As shown in Figure 1, given a mesh of objects, the author's goal is to control a simulated humanoid robot equipped with two dexterous hands to pick up the object and move it along a reasonable trajectory. This capability can be widely applied to animation and AV/VR human-object interactions, with the potential to expand to the field of humanoid robots. However, there are many difficulties in achieving precise object manipulation with dexterous two-handed control of simulated humanoid robots:
1. Balance control: Bipedal humanoid robots need to maintain overall balance while performing delicate hand movements.
2. Flexible grip: The robot needs to be able to adapt to objects of different shapes to form a stable grip.
3. High degree of freedom control: Humanoid robots have a highly complex structure, which increases the difficulty of control.
4. Whole body coordination: Hand movements need to be coordinated with the movements of the whole body.
5. Trajectory following: Robots need to be able to move objects along a variety of complex trajectories, not just a simple vertical lift.
6. Generalization ability: The control system needs to be able to cope with a variety of unseen object shapes and movement trajectories.
Previous research has often been limited to the use of independent manipulators or preset single interaction sequences, and it is difficult to achieve the same flexible and changeable object operation as humans. In this study, we propose a new method called Omnigrasp, which aims to develop a humanoid robot controller that can coordinate and flexibly control the whole body through reinforcement learning technology. The controller is capable of picking up a variety of objects and moving them along a variety of trajectories, demonstrating unprecedented flexibility and versatility.

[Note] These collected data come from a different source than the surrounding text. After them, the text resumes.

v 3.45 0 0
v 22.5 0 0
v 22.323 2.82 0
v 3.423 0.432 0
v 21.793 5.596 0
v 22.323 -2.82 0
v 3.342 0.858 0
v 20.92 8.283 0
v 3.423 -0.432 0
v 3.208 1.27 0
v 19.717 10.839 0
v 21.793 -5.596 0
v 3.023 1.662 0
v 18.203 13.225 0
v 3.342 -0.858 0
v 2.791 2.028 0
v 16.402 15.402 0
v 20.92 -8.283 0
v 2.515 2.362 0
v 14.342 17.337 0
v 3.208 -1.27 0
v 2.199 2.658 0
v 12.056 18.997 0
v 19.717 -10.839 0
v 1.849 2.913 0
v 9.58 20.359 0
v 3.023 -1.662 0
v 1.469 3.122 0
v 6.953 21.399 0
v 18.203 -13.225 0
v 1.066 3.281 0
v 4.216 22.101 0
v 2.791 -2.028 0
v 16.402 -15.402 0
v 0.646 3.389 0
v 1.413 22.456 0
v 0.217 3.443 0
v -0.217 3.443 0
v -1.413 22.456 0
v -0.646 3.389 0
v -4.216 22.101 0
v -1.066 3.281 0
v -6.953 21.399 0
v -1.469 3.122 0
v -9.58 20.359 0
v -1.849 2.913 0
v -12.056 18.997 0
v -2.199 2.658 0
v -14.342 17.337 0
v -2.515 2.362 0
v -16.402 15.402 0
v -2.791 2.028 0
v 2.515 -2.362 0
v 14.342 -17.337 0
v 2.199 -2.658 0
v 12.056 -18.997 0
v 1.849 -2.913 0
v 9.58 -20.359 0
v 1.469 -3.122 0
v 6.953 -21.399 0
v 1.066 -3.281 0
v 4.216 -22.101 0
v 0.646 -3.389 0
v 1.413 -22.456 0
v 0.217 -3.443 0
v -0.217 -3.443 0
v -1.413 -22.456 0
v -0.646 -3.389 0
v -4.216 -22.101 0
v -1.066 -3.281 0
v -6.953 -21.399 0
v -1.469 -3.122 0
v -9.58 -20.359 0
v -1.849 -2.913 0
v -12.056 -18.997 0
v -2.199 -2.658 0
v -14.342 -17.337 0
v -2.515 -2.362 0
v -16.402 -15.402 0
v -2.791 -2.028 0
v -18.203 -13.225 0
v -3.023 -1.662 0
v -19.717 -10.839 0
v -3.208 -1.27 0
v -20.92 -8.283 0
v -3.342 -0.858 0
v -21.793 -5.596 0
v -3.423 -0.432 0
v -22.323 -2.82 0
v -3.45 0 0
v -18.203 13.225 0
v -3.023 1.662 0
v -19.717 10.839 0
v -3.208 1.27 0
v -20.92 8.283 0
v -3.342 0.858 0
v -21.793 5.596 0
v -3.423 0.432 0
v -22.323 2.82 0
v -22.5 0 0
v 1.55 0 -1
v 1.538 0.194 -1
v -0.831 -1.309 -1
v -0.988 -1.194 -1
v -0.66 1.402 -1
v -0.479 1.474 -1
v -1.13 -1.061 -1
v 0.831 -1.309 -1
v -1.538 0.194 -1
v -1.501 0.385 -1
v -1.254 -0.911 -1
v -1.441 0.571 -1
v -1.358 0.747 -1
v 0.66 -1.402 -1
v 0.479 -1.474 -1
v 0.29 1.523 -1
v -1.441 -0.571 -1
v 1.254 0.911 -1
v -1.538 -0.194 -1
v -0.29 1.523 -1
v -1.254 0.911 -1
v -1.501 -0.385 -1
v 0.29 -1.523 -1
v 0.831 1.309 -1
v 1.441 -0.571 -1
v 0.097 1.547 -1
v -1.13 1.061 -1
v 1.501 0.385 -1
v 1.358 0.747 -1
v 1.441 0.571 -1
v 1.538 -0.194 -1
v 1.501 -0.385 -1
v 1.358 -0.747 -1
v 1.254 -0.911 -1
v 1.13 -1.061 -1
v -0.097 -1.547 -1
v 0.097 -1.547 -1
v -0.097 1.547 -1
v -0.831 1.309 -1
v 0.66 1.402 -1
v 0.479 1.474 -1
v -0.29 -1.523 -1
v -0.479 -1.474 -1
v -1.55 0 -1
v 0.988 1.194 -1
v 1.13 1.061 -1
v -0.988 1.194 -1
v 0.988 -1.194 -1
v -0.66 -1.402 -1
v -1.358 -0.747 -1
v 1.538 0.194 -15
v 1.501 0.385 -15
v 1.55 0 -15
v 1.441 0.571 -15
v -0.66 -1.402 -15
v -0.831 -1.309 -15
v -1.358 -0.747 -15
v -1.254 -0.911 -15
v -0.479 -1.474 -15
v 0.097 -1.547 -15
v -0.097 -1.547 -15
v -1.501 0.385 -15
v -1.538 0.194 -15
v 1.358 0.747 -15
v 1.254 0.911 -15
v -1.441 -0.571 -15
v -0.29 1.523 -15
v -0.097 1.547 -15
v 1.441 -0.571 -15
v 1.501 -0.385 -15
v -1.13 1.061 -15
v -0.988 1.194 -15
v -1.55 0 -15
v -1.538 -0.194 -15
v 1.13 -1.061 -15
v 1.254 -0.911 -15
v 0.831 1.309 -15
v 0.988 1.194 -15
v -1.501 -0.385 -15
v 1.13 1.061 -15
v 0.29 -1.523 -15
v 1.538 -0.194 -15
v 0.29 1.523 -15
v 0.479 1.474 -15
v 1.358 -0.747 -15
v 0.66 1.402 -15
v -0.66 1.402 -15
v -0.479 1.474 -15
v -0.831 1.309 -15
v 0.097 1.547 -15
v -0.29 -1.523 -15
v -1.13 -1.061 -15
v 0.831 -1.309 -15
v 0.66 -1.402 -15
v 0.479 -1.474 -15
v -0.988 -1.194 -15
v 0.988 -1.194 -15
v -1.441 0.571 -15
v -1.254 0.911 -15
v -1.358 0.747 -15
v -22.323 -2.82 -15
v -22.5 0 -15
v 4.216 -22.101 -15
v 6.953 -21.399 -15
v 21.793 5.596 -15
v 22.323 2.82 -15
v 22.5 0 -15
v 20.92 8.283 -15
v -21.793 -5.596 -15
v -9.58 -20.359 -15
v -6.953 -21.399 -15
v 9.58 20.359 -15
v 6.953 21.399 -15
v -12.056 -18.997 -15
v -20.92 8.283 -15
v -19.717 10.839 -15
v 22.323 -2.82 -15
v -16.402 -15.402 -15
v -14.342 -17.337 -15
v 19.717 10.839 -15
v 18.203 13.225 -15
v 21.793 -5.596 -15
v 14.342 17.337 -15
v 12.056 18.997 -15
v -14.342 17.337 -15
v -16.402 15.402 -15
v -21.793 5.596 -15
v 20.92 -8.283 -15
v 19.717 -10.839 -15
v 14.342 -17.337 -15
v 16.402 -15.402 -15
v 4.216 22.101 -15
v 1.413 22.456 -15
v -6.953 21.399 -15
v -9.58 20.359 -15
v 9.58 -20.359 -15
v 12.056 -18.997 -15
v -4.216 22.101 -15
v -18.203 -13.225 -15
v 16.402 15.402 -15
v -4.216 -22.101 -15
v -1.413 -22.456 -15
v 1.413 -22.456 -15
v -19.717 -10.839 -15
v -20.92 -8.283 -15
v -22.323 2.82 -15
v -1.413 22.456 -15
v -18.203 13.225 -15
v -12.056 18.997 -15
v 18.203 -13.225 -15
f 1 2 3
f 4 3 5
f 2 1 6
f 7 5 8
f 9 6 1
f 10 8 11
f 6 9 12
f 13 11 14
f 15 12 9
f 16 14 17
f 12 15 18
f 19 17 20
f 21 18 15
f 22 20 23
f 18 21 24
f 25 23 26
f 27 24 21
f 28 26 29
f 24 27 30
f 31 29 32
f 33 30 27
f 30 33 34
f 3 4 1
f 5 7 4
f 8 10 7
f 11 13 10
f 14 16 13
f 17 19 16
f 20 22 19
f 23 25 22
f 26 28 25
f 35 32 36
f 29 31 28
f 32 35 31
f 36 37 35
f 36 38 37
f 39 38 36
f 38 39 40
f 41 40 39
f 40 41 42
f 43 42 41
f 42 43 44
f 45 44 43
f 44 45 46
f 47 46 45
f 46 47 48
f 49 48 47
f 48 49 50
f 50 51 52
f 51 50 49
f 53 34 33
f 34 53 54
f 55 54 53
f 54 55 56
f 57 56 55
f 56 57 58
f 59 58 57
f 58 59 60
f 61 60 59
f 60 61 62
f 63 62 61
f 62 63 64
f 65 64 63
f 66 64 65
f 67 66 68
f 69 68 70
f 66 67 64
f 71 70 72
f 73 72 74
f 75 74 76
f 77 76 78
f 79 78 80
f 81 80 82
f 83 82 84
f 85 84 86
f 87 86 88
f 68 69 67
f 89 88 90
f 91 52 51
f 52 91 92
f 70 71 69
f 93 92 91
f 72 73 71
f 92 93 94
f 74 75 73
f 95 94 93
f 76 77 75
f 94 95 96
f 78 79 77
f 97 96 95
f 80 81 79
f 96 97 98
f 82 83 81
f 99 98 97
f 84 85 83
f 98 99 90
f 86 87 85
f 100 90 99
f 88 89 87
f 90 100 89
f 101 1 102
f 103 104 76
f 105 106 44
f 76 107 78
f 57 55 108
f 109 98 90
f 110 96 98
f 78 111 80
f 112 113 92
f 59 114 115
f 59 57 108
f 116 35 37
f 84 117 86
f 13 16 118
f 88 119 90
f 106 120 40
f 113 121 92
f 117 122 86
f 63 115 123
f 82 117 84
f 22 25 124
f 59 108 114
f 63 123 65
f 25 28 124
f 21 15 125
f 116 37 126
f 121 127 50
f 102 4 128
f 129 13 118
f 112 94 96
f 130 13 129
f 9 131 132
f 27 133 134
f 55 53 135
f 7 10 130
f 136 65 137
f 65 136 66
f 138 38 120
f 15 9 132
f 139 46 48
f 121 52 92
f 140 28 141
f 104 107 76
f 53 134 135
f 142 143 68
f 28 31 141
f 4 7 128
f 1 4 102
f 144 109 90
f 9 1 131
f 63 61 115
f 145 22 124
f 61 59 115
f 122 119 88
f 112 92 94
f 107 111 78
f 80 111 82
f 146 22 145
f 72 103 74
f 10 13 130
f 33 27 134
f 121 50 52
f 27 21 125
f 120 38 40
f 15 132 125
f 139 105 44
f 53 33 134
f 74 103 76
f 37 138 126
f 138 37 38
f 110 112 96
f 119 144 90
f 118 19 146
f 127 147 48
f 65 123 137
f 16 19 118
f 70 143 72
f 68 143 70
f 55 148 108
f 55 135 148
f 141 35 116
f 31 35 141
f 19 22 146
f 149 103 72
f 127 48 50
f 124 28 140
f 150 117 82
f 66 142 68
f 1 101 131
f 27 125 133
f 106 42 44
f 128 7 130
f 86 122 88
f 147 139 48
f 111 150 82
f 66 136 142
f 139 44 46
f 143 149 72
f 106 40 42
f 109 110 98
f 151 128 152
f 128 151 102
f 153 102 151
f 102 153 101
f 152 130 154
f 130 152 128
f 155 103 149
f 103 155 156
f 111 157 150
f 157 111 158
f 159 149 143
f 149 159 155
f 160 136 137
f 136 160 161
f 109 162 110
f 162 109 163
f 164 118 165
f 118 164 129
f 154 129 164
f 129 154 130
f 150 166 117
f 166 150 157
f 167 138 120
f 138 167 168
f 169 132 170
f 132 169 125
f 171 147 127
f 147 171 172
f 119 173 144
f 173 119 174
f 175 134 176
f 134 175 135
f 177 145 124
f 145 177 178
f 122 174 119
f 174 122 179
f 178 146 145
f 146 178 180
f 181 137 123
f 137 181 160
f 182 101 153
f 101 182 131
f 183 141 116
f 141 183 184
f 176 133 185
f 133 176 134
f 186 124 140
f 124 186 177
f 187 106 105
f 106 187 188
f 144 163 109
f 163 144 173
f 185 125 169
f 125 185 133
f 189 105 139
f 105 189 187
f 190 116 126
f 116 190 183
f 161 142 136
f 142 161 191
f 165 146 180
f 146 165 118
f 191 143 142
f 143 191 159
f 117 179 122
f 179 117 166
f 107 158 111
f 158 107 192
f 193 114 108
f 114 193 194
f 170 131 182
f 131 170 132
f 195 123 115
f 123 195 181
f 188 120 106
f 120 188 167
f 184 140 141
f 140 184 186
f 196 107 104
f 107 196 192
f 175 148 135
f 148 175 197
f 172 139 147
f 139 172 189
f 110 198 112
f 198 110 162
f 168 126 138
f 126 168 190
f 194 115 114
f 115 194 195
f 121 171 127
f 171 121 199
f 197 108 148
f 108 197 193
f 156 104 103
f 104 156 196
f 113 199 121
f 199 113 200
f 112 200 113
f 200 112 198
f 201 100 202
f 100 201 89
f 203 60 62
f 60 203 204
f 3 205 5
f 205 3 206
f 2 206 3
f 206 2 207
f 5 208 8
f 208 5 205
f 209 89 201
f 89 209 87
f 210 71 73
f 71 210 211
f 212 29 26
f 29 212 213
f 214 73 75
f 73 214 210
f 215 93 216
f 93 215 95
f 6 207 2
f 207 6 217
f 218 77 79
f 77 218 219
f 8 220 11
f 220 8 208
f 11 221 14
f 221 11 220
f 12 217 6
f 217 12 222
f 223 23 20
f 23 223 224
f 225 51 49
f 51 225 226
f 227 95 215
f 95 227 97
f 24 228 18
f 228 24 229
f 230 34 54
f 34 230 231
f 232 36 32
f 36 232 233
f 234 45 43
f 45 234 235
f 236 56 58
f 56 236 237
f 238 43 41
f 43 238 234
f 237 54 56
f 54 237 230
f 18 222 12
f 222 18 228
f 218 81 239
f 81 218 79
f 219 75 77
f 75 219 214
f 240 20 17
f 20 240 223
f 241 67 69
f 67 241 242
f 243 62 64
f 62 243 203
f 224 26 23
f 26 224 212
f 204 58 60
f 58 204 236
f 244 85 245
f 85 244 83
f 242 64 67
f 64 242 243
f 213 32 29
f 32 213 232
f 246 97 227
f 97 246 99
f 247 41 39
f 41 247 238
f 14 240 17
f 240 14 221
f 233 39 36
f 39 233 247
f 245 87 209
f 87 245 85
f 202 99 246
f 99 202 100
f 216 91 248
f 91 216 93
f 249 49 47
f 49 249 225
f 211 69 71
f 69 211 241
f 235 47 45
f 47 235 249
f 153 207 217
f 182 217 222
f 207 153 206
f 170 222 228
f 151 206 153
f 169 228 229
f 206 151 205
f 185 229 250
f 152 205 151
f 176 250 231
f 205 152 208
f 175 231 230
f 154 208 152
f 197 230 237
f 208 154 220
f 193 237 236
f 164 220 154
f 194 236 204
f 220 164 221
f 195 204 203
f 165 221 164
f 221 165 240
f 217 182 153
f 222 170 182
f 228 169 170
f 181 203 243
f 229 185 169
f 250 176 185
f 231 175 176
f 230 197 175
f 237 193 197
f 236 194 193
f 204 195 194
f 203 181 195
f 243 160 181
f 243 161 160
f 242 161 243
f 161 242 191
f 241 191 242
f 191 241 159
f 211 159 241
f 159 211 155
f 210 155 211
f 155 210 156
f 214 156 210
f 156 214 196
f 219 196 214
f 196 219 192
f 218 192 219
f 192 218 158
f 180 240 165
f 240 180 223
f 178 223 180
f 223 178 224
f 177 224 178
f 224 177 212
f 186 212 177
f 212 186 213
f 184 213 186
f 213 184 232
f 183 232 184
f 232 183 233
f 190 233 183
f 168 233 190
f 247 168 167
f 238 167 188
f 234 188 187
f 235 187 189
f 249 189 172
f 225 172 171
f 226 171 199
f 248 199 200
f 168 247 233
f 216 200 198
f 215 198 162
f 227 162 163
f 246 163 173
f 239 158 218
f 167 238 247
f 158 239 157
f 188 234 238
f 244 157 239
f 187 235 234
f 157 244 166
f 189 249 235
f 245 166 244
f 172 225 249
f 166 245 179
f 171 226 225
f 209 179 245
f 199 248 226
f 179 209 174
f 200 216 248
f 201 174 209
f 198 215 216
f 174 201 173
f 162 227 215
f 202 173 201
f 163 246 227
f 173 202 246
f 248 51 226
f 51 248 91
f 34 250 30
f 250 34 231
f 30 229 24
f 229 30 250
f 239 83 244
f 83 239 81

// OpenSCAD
$fn = 50;

difference() {
	union() {
		translate(v = [0, 0, -15.0]) {
			cylinder(h = 15, r = 22.5);
		}
	}
	union() {
		translate(v = [0, 0, 0]) {
			rotate(a = [0, 0, 0]) {
				difference() {
					union() {
						translate(v = [0, 0, -18.0]) {
							cylinder(h = 18, r = 1.25);
						}
						translate(v = [0, 0, -1.0]) {
							cylinder(h = 1.0, r1 = 1.55, r2 = 3.45);
						}
						translate(v = [0, 0, -18.0]) {
							cylinder(h = 18, r = 1.55);
						}
						translate(v = [0, 0, -18.0]) {
							cylinder(h = 18, r = 1.25);
						}
					}
					union();
				}
			}
		}
	}
}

This research has made three important contributions in the field of dexterous grasping and object manipulation of humanoid robots:
(1) Dexterous and universal humanoid robot motion representation: The authors designed a dexterous and universal humanoid motion representation, which can significantly improve the sampling efficiency and learn to grasp through simple and effective state and reward design.
(2) Grasping strategy learning based on synthetic data: The authors demonstrate that using this motion representation, people can learn grasping strategies by synthesizing grasping postures and trajectories without using any pairs of whole-body and object motion data.
(3) High-performance humanoid robot controller: The authors demonstrate the feasibility of training humanoid controllers that can achieve high success rates in grasping objects, tracking complex trajectories, scaling to different training objects, and generalizing to unseen objects.
2.Omnigrasp: Grab all kinds of objects and track object trajectories
To solve the challenging problem of picking up objects and moving along different trajectories, the authors first obtained a generic representation of dexterous humanoid locomotion in Section 4.1. Using this motion representation, the authors devised a hierarchical RL framework (Section 4.2) to grasp objects using a simple state and reward design guided by a pre-sketch. The author's schema is shown in Figure 2.
2.1PULSE-X: Physics-based representation of universal dexterous humanoid motion
PULSE-X adds knuckles to the team's previous PULSE [ICLR 2024 Spotlight✨] work, expanding to the ambidextrous humanoid robot. The authors then utilize a variational information bottleneck (similar to VAE) to refine the motion mimic into a motion representation.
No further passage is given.